Airstrikes, gunfire and explosions were heard again in Khartoum on Monday (May 1st) despite the announcement of a truce in the fighting between the army and paramilitaries that has brought Sudan to the brink of “catastrophe”. humanitarian and health according to the UN.
The fighting, which left 528 dead and 4,599 injured according to largely underestimated official figures, has opposed since April 15 the two generals in charge of the country since their 2021 putsch, trapping millions of Sudanese.
Army chief Abdel Fattah Al-Bourhane and Rapid Support Forces (RSF) paramilitary commander Mohammed Hamdan Daglo, known as “Hemetti”, had agreed to extend a ceasefire to midnight on Sunday. three days, after mediation by the United States and Saudi Arabia.
Several truces without a future
Since the beginning of the conflict, several truces announced were immediately violated. According to experts, they only mean that the secure corridors for the evacuation of foreigners are maintained and that the negotiations, which take place abroad, continue. So far, the two generals refuse direct talks. “The scale and speed at which events are unfolding in Sudan [is] unprecedented,” said the UN on Sunday, which dispatched its chief for humanitarian affairs, Martin Griffiths, to the region in an attempt to ” provide immediate relief” to the residents.
For Mr. Griffiths, the “humanitarian situation is reaching a breaking point” in the country, one of the poorest in the world. The massive looting has “depleted most of the stocks” of aid organizations, he said. In a country where a third of the inhabitants suffered from hunger before the war, the World Food Program said Monday to resume “immediately its activities”, suspended after the death of three of its employees.
First humanitarian aid delivered
For the World Health Organization (WHO), the already “well-known” health crisis in Sudan has now become a “catastrophe”. After twenty years of international embargo, “the health system was facing multiple crises, with extremely fragile infrastructures”, explained Ahmed Al-Mandhari, the WHO regional director. Today, he says, “only 16% of hospitals in Khartoum are operating at full capacity”; the others have either been bombed, or occupied by belligerents or have no more personnel and stocks.

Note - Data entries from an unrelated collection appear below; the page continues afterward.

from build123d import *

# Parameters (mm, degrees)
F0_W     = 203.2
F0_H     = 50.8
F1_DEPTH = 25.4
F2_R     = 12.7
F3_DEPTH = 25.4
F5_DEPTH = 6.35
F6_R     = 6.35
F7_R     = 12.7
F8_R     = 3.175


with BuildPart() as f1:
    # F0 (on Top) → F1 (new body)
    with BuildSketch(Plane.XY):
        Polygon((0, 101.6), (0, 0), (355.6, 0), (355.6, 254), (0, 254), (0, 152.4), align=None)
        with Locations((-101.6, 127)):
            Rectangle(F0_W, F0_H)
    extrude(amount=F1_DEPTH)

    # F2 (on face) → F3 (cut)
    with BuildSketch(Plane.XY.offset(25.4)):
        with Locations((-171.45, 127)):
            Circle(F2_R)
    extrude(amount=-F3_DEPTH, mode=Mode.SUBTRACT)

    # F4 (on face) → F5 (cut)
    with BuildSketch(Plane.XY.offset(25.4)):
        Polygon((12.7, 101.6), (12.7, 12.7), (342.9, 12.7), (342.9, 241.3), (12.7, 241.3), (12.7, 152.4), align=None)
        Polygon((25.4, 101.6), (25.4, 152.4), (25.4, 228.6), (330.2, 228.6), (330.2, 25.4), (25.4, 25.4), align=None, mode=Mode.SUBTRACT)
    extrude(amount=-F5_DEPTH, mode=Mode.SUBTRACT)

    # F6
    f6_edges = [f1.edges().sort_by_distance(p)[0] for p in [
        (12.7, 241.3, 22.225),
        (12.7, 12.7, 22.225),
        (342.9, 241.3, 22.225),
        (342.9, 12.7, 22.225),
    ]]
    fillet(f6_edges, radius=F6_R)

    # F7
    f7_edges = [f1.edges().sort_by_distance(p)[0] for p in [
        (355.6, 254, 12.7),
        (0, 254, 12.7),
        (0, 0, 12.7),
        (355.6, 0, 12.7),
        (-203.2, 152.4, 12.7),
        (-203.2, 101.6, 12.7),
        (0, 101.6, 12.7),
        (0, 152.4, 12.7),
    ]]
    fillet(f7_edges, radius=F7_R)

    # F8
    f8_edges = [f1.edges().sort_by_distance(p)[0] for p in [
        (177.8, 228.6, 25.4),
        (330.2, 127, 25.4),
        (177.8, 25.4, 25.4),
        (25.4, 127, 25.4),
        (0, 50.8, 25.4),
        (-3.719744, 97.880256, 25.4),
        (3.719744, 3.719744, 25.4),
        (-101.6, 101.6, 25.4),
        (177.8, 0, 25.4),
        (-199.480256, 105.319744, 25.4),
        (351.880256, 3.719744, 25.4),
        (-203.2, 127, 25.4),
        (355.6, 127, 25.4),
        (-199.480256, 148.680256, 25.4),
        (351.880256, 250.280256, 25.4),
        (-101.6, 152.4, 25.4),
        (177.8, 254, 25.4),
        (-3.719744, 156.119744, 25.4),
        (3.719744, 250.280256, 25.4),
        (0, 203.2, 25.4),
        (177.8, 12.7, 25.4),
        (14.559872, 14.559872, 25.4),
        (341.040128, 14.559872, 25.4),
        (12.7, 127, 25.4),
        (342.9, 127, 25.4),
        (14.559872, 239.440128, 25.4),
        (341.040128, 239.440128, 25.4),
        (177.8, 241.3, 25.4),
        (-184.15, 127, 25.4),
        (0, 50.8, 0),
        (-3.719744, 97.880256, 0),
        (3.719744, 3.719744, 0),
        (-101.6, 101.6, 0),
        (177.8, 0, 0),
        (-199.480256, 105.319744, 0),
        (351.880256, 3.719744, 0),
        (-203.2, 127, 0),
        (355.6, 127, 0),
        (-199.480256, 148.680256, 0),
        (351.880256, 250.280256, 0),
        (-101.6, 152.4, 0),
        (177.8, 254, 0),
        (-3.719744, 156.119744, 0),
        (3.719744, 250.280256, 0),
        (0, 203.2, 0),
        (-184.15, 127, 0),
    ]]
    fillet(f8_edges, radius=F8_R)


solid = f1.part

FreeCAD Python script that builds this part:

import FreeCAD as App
import Part
import Sketcher
Q = App.Units.Quantity


def edges_at(feature, points):
    """Names of the edges that pass closest to the given points."""
    edges = feature.Shape.Edges
    near = lambda p: min(range(len(edges)), key=lambda i: edges[i].distToShape(Part.Vertex(*p))[0])
    return sorted({f"Edge{near(p) + 1}" for p in points})


def add_polygon(sketch, points):
    """Adds a closed chain of lines whose ends are joined by coincident constraints."""
    first, n = sketch.GeometryCount, len(points)
    for a, b in zip(points, points[1:] + points[:1]):
        sketch.addGeometry(Part.LineSegment(App.Vector(*a, 0), App.Vector(*b, 0)), False)
    for i in range(n):
        sketch.addConstraint(Sketcher.Constraint("Coincident", first + i, 2, first + (i + 1) % n, 1))

doc = App.newDocument("Part")
body = doc.addObject("PartDesign::Body", "Body")

# Sketch on XY plane
sketch1 = body.newObject("Sketcher::SketchObject", "Sketch")
sketch1.AttachmentSupport = (doc.getObject("XY_Plane"), [""])
sketch1.MapMode = "FlatFace"
add_polygon(sketch1, [(0, 0), (355.6, 0), (355.6, 254), (0, 254), (0, 152.4), (-203.2, 152.4), (-203.2, 101.6), (0, 101.6)])  # lines 0-7
sketch1.addConstraint([
    Sketcher.Constraint("Horizontal", 0),
    Sketcher.Constraint("Vertical", 1),
    Sketcher.Constraint("Horizontal", 2),
    Sketcher.Constraint("Vertical", 3),
    Sketcher.Constraint("Horizontal", 4),
    Sketcher.Constraint("Vertical", 5),
    Sketcher.Constraint("Horizontal", 6),
    Sketcher.Constraint("Vertical", 7),
    Sketcher.Constraint("Coincident", 7, 2, -1, 1),
    Sketcher.Constraint("PointOnObject", 2, 2, -2),
    Sketcher.Constraint("Equal", 3, 7),
    Sketcher.Constraint("DistanceX", 0, 1, 0, 2, Q("14 in")),
    Sketcher.Constraint("DistanceX", 4, 2, 4, 1, Q("8 in")),
    Sketcher.Constraint("DistanceY", 1, 1, 1, 2, Q("10 in")),
    Sketcher.Constraint("DistanceY", 3, 2, 3, 1, Q("4 in")),
])
pad1 = body.newObject("PartDesign::Pad", "Pad")
pad1.Profile = sketch1
pad1.Length = Q("1 in")

# Sketch on XY plane
sketch2 = body.newObject("Sketcher::SketchObject", "Sketch001")
sketch2.AttachmentSupport = (doc.getObject("XY_Plane"), [""])
sketch2.MapMode = "FlatFace"
sketch2.AttachmentOffset = App.Placement(App.Vector(0, 0, 1 * 25.4), App.Rotation())
sketch2.addGeometry(Part.Circle(App.Vector(-171.45, 127, 0), App.Vector(0, 0, 1), 12.7), False)
sketch2.addConstraint([
    Sketcher.Constraint("Diameter", 0, Q("1 in")),
    Sketcher.Constraint("DistanceY", -1, 1, 0, 3, Q("5 in")),
    Sketcher.Constraint("DistanceX", 0, 3, -1, 1, Q("6.75 in")),
])
pocket1 = body.newObject("PartDesign::Pocket", "Pocket")
pocket1.Profile = sketch2
pocket1.Length = Q("1 in")

# Sketch on XY plane
sketch3 = body.newObject("Sketcher::SketchObject", "Sketch002")
sketch3.AttachmentSupport = (doc.getObject("XY_Plane"), [""])
sketch3.MapMode = "FlatFace"
sketch3.AttachmentOffset = App.Placement(App.Vector(0, 0, 1 * 25.4), App.Rotation())
add_polygon(sketch3, [(12.7, 12.7), (342.9, 12.7), (342.9, 241.3), (12.7, 241.3)])  # lines 0-3
add_polygon(sketch3, [(25.4, 25.4), (25.4, 228.6), (330.2, 228.6), (330.2, 25.4)])  # lines 4-7
sketch3.addConstraint([
    Sketcher.Constraint("Horizontal", 0),
    Sketcher.Constraint("Vertical", 1),
    Sketcher.Constraint("Horizontal", 2),
    Sketcher.Constraint("Vertical", 3),
    Sketcher.Constraint("Vertical", 4),
    Sketcher.Constraint("Horizontal", 5),
    Sketcher.Constraint("Vertical", 6),
    Sketcher.Constraint("Horizontal", 7),
    Sketcher.Constraint("DistanceX", 0, 1, 0, 2, Q("13 in")),
    Sketcher.Constraint("DistanceX", 5, 1, 5, 2, Q("12 in")),
    Sketcher.Constraint("DistanceY", 1, 1, 1, 2, Q("9 in")),
    Sketcher.Constraint("DistanceY", 4, 1, 4, 2, Q("8 in")),
    Sketcher.Constraint("DistanceX", -1, 1, 4, 2, Q("1 in")),
    Sketcher.Constraint("DistanceY", -1, 1, 4, 2, Q("9 in")),
    Sketcher.Constraint("DistanceX", -1, 1, 0, 2, Q("13.5 in")),
    Sketcher.Constraint("DistanceY", -1, 1, 0, 2, Q("0.5 in")),
])
pocket2 = body.newObject("PartDesign::Pocket", "Pocket001")
pocket2.Profile = sketch3
pocket2.Length = Q("0.25 in")
doc.recompute()

fillet = body.newObject("PartDesign::Fillet", "Fillet")
fillet.Base = (pocket2, edges_at(pocket2, [
    (12.7, 241.3, 22.225),
    (12.7, 12.7, 22.225),
    (342.9, 241.3, 22.225),
    (342.9, 12.7, 22.225),
]))
fillet.Radius = Q("0.25 in")
doc.recompute()

fillet2 = body.newObject("PartDesign::Fillet", "Fillet001")
fillet2.Base = (fillet, edges_at(fillet, [
    (355.6, 254, 12.7),
    (0, 254, 12.7),
    (0, 0, 12.7),
    (355.6, 0, 12.7),
    (-203.2, 152.4, 12.7),
    (-203.2, 101.6, 12.7),
    (0, 101.6, 12.7),
    (0, 152.4, 12.7),
]))
fillet2.Radius = Q("0.5 in")
doc.recompute()

fillet3 = body.newObject("PartDesign::Fillet", "Fillet002")
fillet3.Base = (fillet2, edges_at(fillet2, [
    (177.8, 228.6, 25.4),
    (330.2, 127, 25.4),
    (177.8, 25.4, 25.4),
    (25.4, 127, 25.4),
    (0, 50.8, 25.4),
    (-3.72, 97.88, 25.4),
    (3.72, 3.72, 25.4),
    (-101.6, 101.6, 25.4),
    (177.8, 0, 25.4),
    (-199.48, 105.32, 25.4),
    (351.88, 3.72, 25.4),
    (-203.2, 127, 25.4),
    (355.6, 127, 25.4),
    (-199.48, 148.68, 25.4),
    (351.88, 250.28, 25.4),
    (-101.6, 152.4, 25.4),
    (177.8, 254, 25.4),
    (-3.72, 156.12, 25.4),
    (3.72, 250.28, 25.4),
    (0, 203.2, 25.4),
    (177.8, 12.7, 25.4),
    (14.56, 14.56, 25.4),
    (341.04, 14.56, 25.4),
    (12.7, 127, 25.4),
    (342.9, 127, 25.4),
    (14.56, 239.44, 25.4),
    (341.04, 239.44, 25.4),
    (177.8, 241.3, 25.4),
    (-184.15, 127, 25.4),
    (0, 50.8, 0),
    (-3.72, 97.88, 0),
    (3.72, 3.72, 0),
    (-101.6, 101.6, 0),
    (177.8, 0, 0),
    (-199.48, 105.32, 0),
    (351.88, 3.72, 0),
    (-203.2, 127, 0),
    (355.6, 127, 0),
    (-199.48, 148.68, 0),
    (351.88, 250.28, 0),
    (-101.6, 152.4, 0),
    (177.8, 254, 0),
    (-3.72, 156.12, 0),
    (3.72, 250.28, 0),
    (0, 203.2, 0),
    (-184.15, 127, 0),
]))
fillet3.Radius = Q("0.125 in")

doc.recompute()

The International Committee of the Red Cross (ICRC) managed to deliver 8 tonnes of aid on Sunday, a first since the start of the conflict, which, he warned, will only treat “1,500 wounded”.
The UN has identified 75,000 internally displaced people. At least 20,000 fled to Chad, thousands more to the Central African Republic, South Sudan and Ethiopia. In total, up to 270,000 people, according to a United Nations estimate, could flee the fighting which affects twelve of the eighteen states of this country of 45 million inhabitants. The authorities of the State of White Nile, in the south of Sudan, announced the arrival of 70,000 displaced “in recent days” in its camps. “More than 800,000 people” could flee the deadly fighting in Sudan, Filippo Grandi, UN High Commissioner for Refugees, warned on Twitter on Monday.
Residents of the capital, when not fleeing, remain barricaded, trying to survive despite food, water and electricity shortages. Khartoum state has given civil servants “furlough until further notice”, while police have been deployed to prevent looting.
Evacuated nationals
The Arab League is meeting in Cairo on Monday to discuss the situation, after the United Arab Emirates, allies of General Daglo, announced that it had called the army chief. General Bourhane sent an emissary to Riyadh on Sunday, which calls for a meeting on Wednesday of the Organization of Islamic Cooperation.
The UN is particularly concerned about the situation in West Darfur, where around 100 people have been killed in fighting in which it says civilians are involved. This region had been marked by the bloody civil war started in 2003 between the dictatorship of Omar Al-Bashir and ethnic minorities.
Many countries, including France, Germany and the United States, have evacuated their nationals from Sudan and several of them continue the evacuations. This “exodus reflects a grim reality”, with the United States like other powers making only “timid and belated efforts to stop the fighting and help the Sudanese”, observes Alex de Waal, a British researcher specializing in Sudan. According to him, the states most involved in this country, Egypt, Saudi Arabia and the United Arab Emirates in the lead, have never “wanted to see a democratic revolution in the Arab world”.
The putsch of October 2021 had closed the parenthesis of the democratic transition begun with the fall in 2019 of dictator Omar Al-Bashir. Generals Bourhane and Daglo, now in a struggle for power, formed a common front during this putsch to oust the civilians with whom they shared power. But differences then appeared and, for lack of agreement on the integration of the FSR into the army, degenerated into open war.